I imagine that this bug is also present in the humble branch.
I am willing to work on this since I have made custom forks already, but I need to know a direction in which to go. I don’t really know hal very well and I am still new to ros2. Given my inexperience and now that I know what is happening and that it does not seem too dangerous, I will probably just clean up the shared memory and kill the zombie nodes for the time being. But here are the potential fixes I thought of:
- change the hal ros nodes/components to instead signal outside hal that they are now ready, perhaps through ros mechanisms or through signals. Then the launch file never becomes a hal component and therefore never gets sigtermed. I also wonder if the built in ros concept of lifecycle nodes and the launch lifecycle manager has enough overlap to replace the launch aspects of hal_ros_control? So if hal_mgr and hw_device_mgr were lifecycle nodes, would that be sufficient? But either of these options is a major redesign.
- do the is_ready check in a subprocess instead of the launch. IIRC, this is more what the ROS 1 version did. Then that subprocess becomes a hal component and we don’t care if it gets a sigterm because it does not effect the other ros nodes. But would that mean that the new subprocess spawns the hal nodes? Would those hal nodes still get the sigint from the launch if they are subprocesses of a subprocess of the launch?
- edit the launch file somehow to make sure that all normal ROS nodes are done shutting down before starting to stop the realtime node from being killed. If launch files can start up in a defined order, then maybe they can stop in a defined order as well? But I am not that familiar with launch files and anyway you’d have to do this for every other launch file you made that uses hal stuff.

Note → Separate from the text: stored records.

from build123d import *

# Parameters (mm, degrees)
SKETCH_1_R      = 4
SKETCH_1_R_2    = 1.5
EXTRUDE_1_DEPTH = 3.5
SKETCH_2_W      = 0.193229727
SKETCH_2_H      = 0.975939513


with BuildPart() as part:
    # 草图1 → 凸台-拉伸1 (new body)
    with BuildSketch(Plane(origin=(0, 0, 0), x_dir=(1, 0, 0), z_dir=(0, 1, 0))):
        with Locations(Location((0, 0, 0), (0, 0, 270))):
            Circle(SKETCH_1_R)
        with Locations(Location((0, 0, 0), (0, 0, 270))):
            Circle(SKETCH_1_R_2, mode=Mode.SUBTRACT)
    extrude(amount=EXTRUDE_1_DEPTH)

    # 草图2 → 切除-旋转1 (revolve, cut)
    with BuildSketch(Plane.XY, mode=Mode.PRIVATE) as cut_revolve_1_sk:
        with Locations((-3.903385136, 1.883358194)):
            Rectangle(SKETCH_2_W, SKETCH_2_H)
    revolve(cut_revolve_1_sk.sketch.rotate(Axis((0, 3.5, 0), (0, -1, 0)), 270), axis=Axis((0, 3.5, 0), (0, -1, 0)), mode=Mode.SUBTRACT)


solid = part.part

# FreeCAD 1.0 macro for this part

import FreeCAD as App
import Part
import Sketcher

V = App.Vector
Q = App.Units.Quantity


def add_polygon(sketch, points):
    """Adds a closed chain of lines whose ends are joined by coincident constraints."""
    first, n = sketch.GeometryCount, len(points)
    for a, b in zip(points, points[1:] + points[:1]):
        sketch.addGeometry(Part.LineSegment(App.Vector(*a, 0), App.Vector(*b, 0)), False)
    for i in range(n):
        sketch.addConstraint(Sketcher.Constraint("Coincident", first + i, 2, first + (i + 1) % n, 1))

doc = App.newDocument("Part")
body = doc.addObject("PartDesign::Body", "Body")

sketch1 = body.newObject("Sketcher::SketchObject", "Sketch")
sketch1.AttachmentSupport = (doc.getObject("XZ_Plane"), [""])
sketch1.MapMode = "FlatFace"
sketch1.addGeometry(Part.Circle(V(0, 0, 0), V(0, 0, 1), 4), False)
sketch1.addGeometry(Part.Circle(V(0, 0, 0), V(0, 0, 1), 1.5), False)
sketch1.addConstraint(Sketcher.Constraint("Coincident", 0, 3, -1, 1))
sketch1.addConstraint(Sketcher.Constraint("Coincident", 1, 3, -1, 1))
sketch1.addConstraint(Sketcher.Constraint("Diameter", 0, Q("8 mm")))
sketch1.addConstraint(Sketcher.Constraint("Diameter", 1, Q("3 mm")))
pad1 = body.newObject("PartDesign::Pad", "Pad")
pad1.Profile = sketch1
pad1.Length = 3.5
pad1.Reversed = True

sketch2 = body.newObject("Sketcher::SketchObject", "Sketch001")
sketch2.AttachmentSupport = (doc.getObject("XY_Plane"), [""])
sketch2.MapMode = "FlatFace"
add_polygon(sketch2, [(-4, 2.371328), (-4, 1.395388), (-3.80677, 1.395388), (-3.80677, 2.371328)])
sketch2.addConstraint(Sketcher.Constraint("Vertical", 0))
sketch2.addConstraint(Sketcher.Constraint("Horizontal", 1))
sketch2.addConstraint(Sketcher.Constraint("Vertical", 2))
sketch2.addConstraint(Sketcher.Constraint("Horizontal", 3))
sketch2.addConstraint(Sketcher.Constraint("DistanceX", 0, 2, -1, 1, Q("4 mm")))
sketch2.addConstraint(Sketcher.Constraint("DistanceX", 1, 1, 1, 2, Q("0.19323 mm")))
sketch2.addConstraint(Sketcher.Constraint("DistanceY", 0, 2, 0, 1, Q("0.97594 mm")))
sketch2.addConstraint(Sketcher.Constraint("DistanceY", -1, 1, 0, 2, Q("1.395388 mm")))
groove = body.newObject("PartDesign::Groove", "Groove")
groove.Profile = sketch2
groove.ReferenceAxis = (sketch2, ["V_Axis"])
groove.Angle = 360

doc.recompute()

- add the ability to de-register/disconnect as a component in machinekit-hal. Then have the launch de-register itself after it is done launching, since it doesn’t look like it needs the hal connection after that. This modifies the upstream machinekit-hal, but I am already using zultron’s fork anyway. But I am not sure if this makes sense in hal.
- change how machinekit sigterms its components. Give components an opt out somehow? And then the launch file should opt out. Seems hacky.
@John_Morris, since you seem to be the expert in the ROS2 za6 stuff, it’d be great to get your opinion when you get a minute to look at this!
My za6 is now moving on jazzy/noble!!
All the code is pushed to my fork of tormach_za_ros2_drivers.
I didn’t do the demo stuff, but it’s in its own commit if you want to put that back.
Also, I had to build machinekit-hal and linuxcnc-ethercat from source, but all of that is in a separate commit for whenever the upstream of those for noble get released. Hopefully that’ll be an easier change since it’s all grouped together.